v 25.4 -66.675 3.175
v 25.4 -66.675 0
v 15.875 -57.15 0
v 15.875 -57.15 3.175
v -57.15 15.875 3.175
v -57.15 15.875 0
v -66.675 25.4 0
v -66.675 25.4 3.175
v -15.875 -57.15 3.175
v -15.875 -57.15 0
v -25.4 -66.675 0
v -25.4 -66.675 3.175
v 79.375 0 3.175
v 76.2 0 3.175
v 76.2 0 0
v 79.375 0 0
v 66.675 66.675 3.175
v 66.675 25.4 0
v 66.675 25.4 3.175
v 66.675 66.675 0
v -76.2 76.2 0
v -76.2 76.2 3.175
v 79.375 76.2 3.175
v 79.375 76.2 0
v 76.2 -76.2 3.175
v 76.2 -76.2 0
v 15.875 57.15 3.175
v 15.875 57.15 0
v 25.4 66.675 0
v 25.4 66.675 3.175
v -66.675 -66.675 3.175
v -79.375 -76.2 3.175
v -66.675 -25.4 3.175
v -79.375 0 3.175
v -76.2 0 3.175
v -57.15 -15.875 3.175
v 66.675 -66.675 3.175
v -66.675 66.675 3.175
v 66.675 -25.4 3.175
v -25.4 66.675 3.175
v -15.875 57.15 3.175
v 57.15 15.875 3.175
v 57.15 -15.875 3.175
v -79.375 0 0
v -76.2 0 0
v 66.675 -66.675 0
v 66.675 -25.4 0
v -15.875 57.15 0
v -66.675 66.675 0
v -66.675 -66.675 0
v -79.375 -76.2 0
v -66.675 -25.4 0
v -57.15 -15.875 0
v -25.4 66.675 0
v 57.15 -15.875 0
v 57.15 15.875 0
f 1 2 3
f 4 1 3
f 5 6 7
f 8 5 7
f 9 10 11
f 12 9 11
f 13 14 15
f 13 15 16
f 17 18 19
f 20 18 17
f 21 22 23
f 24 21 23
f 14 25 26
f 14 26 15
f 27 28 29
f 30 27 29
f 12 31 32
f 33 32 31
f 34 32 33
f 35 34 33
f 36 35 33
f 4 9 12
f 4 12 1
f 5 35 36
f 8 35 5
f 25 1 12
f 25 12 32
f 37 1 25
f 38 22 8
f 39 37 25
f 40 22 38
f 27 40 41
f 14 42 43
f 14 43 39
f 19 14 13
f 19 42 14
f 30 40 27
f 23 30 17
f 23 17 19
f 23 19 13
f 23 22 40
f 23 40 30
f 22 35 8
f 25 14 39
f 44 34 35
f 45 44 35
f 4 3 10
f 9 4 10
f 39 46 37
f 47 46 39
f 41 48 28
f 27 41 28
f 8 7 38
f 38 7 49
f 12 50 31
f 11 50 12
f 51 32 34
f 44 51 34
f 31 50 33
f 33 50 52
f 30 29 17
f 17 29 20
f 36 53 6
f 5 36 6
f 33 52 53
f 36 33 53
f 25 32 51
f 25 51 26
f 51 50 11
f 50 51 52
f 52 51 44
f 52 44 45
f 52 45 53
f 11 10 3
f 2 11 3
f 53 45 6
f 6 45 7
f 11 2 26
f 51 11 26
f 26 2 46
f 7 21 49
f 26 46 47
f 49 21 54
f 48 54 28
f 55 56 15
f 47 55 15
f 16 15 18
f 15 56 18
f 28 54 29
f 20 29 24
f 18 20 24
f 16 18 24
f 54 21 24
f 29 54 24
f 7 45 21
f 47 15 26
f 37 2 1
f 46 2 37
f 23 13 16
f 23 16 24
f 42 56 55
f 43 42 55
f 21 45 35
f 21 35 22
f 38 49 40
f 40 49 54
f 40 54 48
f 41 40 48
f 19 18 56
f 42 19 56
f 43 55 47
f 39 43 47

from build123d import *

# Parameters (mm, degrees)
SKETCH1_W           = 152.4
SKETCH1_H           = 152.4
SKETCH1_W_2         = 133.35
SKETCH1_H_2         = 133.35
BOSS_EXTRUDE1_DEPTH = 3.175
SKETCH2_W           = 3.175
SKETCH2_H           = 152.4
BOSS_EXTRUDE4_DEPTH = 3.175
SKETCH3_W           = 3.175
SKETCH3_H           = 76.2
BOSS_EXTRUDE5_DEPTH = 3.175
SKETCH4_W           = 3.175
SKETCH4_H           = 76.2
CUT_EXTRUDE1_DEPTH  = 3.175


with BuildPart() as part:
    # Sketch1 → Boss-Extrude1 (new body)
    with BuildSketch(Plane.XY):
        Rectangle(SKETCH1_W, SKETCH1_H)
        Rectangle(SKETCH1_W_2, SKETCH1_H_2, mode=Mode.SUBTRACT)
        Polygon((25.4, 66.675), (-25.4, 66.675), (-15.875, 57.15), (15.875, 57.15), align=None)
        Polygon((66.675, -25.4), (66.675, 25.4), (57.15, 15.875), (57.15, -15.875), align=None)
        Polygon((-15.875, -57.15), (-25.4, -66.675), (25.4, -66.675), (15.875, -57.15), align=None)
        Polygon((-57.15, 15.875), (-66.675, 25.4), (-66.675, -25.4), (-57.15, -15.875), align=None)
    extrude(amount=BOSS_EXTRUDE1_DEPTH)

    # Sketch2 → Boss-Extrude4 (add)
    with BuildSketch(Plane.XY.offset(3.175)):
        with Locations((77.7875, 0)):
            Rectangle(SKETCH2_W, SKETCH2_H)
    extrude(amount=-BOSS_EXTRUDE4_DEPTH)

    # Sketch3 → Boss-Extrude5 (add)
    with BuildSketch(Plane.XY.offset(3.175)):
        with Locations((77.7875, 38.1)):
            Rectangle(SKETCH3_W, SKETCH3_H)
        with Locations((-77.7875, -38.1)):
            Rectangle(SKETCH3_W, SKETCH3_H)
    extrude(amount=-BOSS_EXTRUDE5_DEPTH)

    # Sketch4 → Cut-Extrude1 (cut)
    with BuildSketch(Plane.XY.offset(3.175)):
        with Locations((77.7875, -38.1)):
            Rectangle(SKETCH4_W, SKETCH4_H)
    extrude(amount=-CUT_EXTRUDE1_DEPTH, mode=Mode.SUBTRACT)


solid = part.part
-*-*-
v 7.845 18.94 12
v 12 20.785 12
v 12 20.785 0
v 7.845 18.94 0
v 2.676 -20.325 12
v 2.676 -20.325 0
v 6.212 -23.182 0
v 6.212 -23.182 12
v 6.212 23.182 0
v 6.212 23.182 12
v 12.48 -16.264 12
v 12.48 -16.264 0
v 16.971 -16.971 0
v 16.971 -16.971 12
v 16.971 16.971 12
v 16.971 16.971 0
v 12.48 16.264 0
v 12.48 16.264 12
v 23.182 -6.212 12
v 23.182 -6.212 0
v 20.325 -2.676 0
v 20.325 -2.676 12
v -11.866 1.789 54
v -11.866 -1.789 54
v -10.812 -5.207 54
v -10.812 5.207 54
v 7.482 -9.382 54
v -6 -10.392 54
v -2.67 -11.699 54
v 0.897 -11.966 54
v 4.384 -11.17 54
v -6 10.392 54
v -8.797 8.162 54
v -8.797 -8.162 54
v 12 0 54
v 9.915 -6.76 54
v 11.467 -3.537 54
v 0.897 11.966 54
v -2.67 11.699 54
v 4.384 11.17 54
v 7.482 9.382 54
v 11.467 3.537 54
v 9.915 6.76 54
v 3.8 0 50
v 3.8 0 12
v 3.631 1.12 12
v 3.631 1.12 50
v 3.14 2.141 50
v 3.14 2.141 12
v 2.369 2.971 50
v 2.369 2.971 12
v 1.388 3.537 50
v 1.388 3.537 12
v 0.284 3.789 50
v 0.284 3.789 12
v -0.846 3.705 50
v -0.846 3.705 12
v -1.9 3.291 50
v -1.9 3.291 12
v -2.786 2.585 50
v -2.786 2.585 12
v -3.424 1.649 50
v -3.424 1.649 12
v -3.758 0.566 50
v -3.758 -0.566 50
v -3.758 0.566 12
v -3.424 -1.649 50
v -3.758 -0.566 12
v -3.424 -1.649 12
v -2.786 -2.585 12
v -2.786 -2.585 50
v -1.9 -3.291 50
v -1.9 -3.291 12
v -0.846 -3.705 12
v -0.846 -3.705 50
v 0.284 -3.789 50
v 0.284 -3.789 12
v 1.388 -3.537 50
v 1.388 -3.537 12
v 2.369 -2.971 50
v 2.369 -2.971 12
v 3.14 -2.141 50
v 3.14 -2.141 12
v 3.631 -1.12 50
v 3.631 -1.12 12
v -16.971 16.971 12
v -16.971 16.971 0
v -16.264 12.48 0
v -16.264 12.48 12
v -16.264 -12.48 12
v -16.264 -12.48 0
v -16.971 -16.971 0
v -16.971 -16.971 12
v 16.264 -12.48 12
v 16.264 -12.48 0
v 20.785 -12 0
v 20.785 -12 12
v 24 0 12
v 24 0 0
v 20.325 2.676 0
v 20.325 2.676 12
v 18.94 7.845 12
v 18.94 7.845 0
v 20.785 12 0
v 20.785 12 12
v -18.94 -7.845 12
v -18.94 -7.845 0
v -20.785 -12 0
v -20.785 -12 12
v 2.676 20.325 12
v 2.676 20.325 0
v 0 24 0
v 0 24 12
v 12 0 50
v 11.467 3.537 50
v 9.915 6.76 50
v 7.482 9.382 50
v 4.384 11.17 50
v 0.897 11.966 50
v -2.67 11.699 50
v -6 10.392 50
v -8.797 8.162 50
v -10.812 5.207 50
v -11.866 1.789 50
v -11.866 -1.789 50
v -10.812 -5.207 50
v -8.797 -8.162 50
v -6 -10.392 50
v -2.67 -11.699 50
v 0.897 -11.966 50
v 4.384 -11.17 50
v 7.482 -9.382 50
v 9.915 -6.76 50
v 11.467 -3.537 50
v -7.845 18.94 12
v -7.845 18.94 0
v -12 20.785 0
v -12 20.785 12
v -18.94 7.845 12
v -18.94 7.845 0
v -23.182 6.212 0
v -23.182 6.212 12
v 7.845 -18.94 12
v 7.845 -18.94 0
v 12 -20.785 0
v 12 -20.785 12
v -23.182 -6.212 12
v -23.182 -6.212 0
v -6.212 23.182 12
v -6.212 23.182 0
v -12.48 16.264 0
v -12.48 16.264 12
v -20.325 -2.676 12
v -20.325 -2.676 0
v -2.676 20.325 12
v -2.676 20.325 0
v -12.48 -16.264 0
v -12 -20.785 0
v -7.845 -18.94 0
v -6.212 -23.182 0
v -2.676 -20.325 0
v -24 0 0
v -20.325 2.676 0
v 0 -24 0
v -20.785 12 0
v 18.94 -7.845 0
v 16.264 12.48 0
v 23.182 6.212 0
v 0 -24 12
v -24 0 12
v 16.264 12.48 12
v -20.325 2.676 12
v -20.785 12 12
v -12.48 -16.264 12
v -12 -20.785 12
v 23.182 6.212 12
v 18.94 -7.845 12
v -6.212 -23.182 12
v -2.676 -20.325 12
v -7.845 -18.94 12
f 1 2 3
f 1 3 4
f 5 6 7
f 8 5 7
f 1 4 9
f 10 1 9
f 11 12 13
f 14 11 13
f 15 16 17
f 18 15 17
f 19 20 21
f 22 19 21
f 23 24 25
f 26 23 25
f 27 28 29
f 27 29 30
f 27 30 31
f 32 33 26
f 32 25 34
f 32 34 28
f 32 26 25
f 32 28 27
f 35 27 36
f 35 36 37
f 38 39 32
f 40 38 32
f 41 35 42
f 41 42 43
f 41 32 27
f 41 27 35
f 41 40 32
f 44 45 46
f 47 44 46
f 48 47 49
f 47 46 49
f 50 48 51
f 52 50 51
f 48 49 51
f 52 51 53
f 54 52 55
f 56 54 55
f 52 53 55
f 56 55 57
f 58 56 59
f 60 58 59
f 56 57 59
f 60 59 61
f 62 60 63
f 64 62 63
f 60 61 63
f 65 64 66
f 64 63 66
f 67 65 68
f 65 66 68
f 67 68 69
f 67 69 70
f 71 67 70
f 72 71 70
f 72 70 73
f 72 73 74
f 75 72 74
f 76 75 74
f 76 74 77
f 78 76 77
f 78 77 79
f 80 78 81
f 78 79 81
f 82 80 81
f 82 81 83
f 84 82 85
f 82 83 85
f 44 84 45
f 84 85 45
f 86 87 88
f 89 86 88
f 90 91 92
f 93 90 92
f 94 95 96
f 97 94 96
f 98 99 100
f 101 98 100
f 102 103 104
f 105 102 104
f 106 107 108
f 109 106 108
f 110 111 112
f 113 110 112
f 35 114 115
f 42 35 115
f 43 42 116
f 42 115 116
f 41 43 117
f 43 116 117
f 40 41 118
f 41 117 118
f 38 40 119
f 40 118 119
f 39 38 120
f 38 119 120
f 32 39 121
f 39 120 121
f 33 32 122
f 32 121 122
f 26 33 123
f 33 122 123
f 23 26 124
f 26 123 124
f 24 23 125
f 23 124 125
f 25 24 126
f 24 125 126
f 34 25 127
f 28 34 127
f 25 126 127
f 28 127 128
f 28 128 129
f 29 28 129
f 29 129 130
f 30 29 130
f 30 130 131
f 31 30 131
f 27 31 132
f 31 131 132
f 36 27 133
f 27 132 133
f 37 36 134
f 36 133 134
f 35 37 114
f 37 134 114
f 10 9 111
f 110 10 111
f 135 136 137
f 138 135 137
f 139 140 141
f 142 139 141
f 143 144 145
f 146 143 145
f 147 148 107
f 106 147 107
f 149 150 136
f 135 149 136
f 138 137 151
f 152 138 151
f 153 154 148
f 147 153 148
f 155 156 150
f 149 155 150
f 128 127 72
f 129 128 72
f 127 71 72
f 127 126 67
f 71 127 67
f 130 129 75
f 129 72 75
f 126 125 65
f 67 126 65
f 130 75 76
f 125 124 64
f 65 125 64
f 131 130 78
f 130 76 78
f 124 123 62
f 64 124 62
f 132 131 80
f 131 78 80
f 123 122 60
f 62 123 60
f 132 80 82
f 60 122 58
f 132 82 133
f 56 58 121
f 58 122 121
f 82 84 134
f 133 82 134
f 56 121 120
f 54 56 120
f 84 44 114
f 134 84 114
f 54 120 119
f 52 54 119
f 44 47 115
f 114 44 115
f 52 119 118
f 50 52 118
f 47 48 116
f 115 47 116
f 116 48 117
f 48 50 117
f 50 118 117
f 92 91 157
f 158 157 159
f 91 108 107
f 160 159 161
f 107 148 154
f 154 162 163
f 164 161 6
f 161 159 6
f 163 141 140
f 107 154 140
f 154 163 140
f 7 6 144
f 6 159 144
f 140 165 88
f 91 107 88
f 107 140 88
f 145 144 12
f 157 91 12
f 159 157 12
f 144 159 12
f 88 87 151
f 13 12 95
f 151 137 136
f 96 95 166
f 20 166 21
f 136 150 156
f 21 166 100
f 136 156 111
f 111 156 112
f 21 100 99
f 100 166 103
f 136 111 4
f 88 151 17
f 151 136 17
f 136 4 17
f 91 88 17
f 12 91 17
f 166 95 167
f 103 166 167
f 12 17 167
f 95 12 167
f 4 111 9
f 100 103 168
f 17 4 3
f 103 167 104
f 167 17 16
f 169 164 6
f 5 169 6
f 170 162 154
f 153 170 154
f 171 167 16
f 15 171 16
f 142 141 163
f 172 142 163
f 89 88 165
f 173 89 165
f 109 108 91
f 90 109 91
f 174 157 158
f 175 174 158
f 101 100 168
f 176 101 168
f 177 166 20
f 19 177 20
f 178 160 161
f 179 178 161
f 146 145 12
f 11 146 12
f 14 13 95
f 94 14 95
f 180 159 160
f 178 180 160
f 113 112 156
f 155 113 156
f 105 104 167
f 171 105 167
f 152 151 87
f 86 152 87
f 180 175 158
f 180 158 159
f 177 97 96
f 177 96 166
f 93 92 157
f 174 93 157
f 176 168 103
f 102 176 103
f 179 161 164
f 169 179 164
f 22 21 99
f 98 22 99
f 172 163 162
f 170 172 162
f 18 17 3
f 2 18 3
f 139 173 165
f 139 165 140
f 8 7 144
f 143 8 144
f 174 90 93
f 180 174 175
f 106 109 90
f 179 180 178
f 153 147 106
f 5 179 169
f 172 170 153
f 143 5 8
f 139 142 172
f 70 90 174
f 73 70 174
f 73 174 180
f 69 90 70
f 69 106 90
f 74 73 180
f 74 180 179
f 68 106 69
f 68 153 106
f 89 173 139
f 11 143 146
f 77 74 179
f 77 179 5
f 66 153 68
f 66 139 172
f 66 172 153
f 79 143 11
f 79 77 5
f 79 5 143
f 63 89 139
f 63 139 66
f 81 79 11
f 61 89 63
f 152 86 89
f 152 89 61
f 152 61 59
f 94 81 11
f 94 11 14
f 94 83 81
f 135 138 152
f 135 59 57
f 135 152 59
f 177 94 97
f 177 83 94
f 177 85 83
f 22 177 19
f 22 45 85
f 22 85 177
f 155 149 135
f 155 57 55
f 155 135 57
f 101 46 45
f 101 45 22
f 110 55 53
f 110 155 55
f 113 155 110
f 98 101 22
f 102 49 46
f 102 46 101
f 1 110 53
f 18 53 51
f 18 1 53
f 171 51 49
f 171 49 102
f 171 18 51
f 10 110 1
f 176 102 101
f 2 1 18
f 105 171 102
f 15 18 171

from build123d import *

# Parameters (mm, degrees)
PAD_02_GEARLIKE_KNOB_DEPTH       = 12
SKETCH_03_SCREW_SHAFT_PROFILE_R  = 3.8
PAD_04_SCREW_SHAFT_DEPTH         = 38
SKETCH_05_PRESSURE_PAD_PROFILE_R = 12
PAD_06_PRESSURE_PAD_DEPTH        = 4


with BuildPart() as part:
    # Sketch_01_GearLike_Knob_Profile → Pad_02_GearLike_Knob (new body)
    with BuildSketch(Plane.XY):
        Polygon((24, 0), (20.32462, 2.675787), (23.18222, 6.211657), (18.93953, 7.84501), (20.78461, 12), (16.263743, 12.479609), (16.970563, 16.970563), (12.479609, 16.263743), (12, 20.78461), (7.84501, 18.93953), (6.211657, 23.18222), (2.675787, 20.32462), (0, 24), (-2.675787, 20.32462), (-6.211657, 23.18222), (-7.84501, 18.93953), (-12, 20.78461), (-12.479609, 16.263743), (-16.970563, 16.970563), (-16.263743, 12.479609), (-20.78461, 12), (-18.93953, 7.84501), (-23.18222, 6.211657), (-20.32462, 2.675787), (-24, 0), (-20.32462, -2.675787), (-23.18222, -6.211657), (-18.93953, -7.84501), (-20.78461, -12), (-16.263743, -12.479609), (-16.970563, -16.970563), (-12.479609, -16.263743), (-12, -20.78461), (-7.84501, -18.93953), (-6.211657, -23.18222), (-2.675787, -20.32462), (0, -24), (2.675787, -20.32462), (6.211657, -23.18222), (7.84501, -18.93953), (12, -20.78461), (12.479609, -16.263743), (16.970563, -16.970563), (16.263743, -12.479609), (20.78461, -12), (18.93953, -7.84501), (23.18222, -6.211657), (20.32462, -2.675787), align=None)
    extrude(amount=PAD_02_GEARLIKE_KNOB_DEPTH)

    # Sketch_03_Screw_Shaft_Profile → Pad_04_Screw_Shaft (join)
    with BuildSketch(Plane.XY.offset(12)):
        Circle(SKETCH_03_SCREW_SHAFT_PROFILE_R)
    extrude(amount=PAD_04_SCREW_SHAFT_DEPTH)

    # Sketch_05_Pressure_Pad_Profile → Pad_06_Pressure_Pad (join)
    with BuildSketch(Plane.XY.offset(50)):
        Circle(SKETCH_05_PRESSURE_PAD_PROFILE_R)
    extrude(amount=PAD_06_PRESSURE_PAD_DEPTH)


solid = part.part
-*-*-
*TASK PROMPT*.
Among the lines above, find the one with "v -20.785 -12 12" and the one with "v 0.897 -11.966 50". Quote both and everything between them, exactly.

*RESPONSE TO THE TASK*.
v -20.785 -12 12
v 2.676 20.325 12
v 2.676 20.325 0
v 0 24 0
v 0 24 12
v 12 0 50
v 11.467 3.537 50
v 9.915 6.76 50
v 7.482 9.382 50
v 4.384 11.17 50
v 0.897 11.966 50
v -2.67 11.699 50
v -6 10.392 50
v -8.797 8.162 50
v -10.812 5.207 50
v -11.866 1.789 50
v -11.866 -1.789 50
v -10.812 -5.207 50
v -8.797 -8.162 50
v -6 -10.392 50
v -2.67 -11.699 50
v 0.897 -11.966 50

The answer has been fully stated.